Rhys pulled over to piss, and I saw something past a copse of trees and tugged his hand. We walked toward it, Rhys teasing me about being such a city boy that I thought a half-crumbling barn was a tourist attraction. I’d hip-checked him and run toward what had, indeed, turned out to be a half-crumbling barn.

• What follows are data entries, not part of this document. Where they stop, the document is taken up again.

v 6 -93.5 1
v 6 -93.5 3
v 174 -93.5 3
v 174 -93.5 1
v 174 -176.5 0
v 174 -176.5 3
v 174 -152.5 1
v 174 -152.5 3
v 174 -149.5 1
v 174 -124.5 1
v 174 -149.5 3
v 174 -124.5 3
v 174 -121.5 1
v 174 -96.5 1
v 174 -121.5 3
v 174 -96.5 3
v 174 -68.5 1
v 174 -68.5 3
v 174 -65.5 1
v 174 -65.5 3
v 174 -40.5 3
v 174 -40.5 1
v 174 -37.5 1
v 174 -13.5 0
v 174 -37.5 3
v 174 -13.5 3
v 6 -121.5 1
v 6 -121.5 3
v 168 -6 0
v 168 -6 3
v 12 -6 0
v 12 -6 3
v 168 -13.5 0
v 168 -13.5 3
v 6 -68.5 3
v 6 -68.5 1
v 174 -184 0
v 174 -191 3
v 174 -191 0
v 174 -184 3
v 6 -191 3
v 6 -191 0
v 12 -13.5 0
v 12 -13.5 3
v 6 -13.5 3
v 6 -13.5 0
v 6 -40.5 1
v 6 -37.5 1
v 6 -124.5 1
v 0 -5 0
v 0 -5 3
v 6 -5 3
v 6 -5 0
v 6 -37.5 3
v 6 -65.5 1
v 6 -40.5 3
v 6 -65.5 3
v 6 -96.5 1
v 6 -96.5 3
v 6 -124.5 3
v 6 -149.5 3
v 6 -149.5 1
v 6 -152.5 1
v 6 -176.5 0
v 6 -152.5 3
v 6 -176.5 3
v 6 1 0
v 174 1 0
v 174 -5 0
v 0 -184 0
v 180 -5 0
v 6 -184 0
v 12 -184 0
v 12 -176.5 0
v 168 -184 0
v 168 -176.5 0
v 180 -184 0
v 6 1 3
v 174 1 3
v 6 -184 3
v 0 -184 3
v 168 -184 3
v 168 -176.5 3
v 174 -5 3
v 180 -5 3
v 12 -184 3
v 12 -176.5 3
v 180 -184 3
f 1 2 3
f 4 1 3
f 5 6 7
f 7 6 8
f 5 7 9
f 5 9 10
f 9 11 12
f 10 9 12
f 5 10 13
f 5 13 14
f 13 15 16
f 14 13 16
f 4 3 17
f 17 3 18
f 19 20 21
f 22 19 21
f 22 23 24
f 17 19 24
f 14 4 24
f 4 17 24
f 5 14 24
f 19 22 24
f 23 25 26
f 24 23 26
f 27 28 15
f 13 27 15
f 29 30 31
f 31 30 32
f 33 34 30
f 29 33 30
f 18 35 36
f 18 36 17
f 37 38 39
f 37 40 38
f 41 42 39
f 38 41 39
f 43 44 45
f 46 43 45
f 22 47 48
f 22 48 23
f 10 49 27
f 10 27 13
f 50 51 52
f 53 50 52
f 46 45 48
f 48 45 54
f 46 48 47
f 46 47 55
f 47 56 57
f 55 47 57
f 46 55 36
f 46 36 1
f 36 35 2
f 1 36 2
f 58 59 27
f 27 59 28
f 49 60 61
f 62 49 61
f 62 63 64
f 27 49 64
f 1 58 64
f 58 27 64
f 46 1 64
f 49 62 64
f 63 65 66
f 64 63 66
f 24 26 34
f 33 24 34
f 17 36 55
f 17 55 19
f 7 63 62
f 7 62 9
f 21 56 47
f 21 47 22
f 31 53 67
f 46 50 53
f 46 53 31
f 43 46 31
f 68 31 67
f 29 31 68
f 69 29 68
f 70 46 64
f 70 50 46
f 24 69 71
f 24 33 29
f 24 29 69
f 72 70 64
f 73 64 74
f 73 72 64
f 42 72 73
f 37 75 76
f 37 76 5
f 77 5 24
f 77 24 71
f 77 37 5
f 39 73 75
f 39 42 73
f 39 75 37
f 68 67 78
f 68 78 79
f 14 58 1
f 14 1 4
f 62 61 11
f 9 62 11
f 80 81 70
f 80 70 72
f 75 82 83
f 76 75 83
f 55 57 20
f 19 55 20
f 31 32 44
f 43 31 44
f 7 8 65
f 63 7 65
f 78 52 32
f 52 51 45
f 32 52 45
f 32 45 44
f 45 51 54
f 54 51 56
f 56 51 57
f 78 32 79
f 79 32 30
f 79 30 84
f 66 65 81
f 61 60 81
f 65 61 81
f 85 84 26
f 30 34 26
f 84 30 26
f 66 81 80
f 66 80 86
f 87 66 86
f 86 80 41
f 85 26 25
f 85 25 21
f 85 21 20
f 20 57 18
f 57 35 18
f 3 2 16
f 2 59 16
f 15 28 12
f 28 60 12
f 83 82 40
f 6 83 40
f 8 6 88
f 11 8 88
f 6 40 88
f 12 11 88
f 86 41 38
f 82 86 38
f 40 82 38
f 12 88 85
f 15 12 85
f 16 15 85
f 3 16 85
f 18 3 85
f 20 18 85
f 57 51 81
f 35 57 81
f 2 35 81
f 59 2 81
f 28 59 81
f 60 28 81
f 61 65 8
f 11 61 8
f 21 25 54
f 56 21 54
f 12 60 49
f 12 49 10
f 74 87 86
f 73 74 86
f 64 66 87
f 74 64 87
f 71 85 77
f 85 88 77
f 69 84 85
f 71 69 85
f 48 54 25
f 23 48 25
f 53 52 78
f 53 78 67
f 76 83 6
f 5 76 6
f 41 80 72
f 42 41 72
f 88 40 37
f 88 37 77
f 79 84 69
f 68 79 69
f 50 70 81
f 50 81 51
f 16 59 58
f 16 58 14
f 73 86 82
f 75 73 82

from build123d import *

# Parameters (mm, degrees)
F0_W      = 180
F0_H      = 190
F1_DEPTH  = 3
F2_W      = 6
F2_H      = 6
F3_DEPTH  = 3.001
F4_W      = 168
F4_H      = 25
F5_DEPTH  = 3.001
F6_DEPTH  = 1
F7_DEPTH  = 1
F8_DEPTH  = 1
F9_W      = 168
F9_H      = 134.1867442131
F10_DEPTH = 1


with BuildPart() as f1:
    # F0 (on Top) → F1 (new body)
    with BuildSketch(Plane.XY):
        with Locations((90, -95)):
            Rectangle(F0_W, F0_H)
    extrude(amount=F1_DEPTH)

    # F2 (on face) → F3 (cut, through all)
    with BuildSketch(Plane.XY.offset(3)):
        with Locations((3, -187)):
            Rectangle(F2_W, F2_H)
        with Locations((177, -187)):
            Rectangle(F2_W, F2_H)
        with Locations((177, -3)):
            Rectangle(F2_W, F2_H)
        with Locations((3, -3)):
            Rectangle(F2_W, F2_H)
    extrude(amount=-F3_DEPTH, mode=Mode.SUBTRACT)

    # F4 (on face) → F5 (cut, through all)
    with BuildSketch(Plane.XY.offset(3)):
        Polygon((6, -152.5), (6, -176.5), (12, -176.5), (12, -184), (168, -184), (168, -176.5), (174, -176.5), (174, -152.5), align=None)
        with Locations((90, -137)):
            Rectangle(F4_W, F4_H)
        with Locations((90, -109)):
            Rectangle(F4_W, F4_H)
        with Locations((90, -81)):
            Rectangle(F4_W, F4_H)
        with Locations((90, -53)):
            Rectangle(F4_W, F4_H)
        Polygon((6, -13.5), (6, -37.5), (174, -37.5), (174, -13.5), (167.9999051407, -13.5), (168, -6.0000000006), (12, -6), (11.9999051407, -13.5), align=None)
    extrude(amount=-F5_DEPTH, mode=Mode.SUBTRACT)

    # F6 (add): a face of the model
    f6_faces = [f1.faces().sort_by_distance(p)[0] for p in [
        (90, -190, 1.5),
    ]]
    extrude(f6_faces, amount=F6_DEPTH)

    # F7 (add): a face of the model
    f7_faces = [f1.faces().sort_by_distance(p)[0] for p in [
        (90, 0, 1.5),
    ]]
    extrude(f7_faces, amount=F7_DEPTH)

    # F8 (add): faces of the model
    f8_faces = [f1.faces().sort_by_distance(p)[0] for p in [
        (177, -6, 1.5),
        (3, -6, 1.5),
        (3, -184, 1.5),
        (177, -184, 1.5),
    ]]
    extrude(f8_faces, amount=F8_DEPTH, dir=(0, 1, 0))

    # F9 (on face) → F10 (cut)
    with BuildSketch(Plane(origin=(0, 0, 0), x_dir=(1, 0, 0), z_dir=(0, 0, -1))):
        with Locations((90, 92.5933721066)):
            Rectangle(F9_W, F9_H)
    extrude(amount=-F10_DEPTH, mode=Mode.SUBTRACT)


solid = f1.part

I’d always loved exploring alleys and narrow streets in the city, but all the abandoned buildings in my neighborhood as a kid had been squats or crash pads, and I’d learned young that no matter how tempting the exploration, wandering into a room with crackheads in every corner wasn’t worth it.

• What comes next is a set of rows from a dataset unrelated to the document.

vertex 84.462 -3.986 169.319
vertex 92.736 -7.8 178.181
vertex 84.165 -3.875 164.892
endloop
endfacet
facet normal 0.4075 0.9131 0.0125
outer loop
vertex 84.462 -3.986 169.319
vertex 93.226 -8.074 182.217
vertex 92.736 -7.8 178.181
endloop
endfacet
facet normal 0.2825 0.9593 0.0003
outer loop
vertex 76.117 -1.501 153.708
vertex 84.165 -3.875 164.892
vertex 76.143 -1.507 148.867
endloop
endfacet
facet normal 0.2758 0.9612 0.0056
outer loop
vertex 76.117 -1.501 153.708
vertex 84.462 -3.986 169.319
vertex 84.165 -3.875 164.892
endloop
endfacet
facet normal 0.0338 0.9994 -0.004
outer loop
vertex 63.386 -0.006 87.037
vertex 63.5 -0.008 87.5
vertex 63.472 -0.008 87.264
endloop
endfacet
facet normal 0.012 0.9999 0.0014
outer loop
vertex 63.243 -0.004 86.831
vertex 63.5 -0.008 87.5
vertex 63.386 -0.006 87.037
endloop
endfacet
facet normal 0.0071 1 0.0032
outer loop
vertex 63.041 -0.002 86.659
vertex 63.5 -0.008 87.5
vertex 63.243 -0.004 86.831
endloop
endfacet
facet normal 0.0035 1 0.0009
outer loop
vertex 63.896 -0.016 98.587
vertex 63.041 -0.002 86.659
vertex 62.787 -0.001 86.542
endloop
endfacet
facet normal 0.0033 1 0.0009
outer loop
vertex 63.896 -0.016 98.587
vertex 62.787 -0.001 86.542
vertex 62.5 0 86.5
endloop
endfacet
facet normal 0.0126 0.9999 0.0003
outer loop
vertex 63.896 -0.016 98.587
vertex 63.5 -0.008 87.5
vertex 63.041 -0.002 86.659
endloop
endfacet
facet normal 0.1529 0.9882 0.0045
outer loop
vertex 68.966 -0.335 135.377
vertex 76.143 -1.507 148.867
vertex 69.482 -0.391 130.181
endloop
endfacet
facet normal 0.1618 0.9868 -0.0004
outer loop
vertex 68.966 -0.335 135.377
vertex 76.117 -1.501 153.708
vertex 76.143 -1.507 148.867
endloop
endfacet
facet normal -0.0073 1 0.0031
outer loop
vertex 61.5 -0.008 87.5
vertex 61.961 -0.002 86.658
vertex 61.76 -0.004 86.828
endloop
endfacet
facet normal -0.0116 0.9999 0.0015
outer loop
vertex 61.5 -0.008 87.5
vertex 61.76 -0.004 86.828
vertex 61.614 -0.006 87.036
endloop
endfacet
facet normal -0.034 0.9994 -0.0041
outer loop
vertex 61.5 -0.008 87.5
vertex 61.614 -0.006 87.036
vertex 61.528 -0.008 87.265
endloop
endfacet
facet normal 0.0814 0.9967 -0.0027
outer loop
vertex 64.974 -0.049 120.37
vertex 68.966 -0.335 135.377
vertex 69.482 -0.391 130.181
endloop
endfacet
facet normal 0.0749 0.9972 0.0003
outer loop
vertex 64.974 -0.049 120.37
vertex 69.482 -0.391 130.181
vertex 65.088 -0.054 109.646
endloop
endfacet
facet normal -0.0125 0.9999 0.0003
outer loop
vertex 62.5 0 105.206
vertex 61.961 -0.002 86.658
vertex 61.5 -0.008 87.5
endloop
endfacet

So I tugged Rhys into the barn with me to poke around. The weak sunlight fell in slashes, dust swirling in its beams giving the place a fairyland feel. “Wow,” I said and turned to find Rhys looking at me like I was magical. He slid a hand to the back of my neck and kissed me, suddenly, like a declaration. A vow.
“Matt, marry me,” he said, eyes on fire and lips inches from mine. I laughed at him, looked at the ground. Even as a joke, though, it had awoken something I hadn’t even known was there. “I’m dead serious,” he said. And then, when he cupped my face, I saw it. Saw that he was serious. That he was holding this out to me and all I had to do was take it.
“Marry me,” he said again. Then, “Please.”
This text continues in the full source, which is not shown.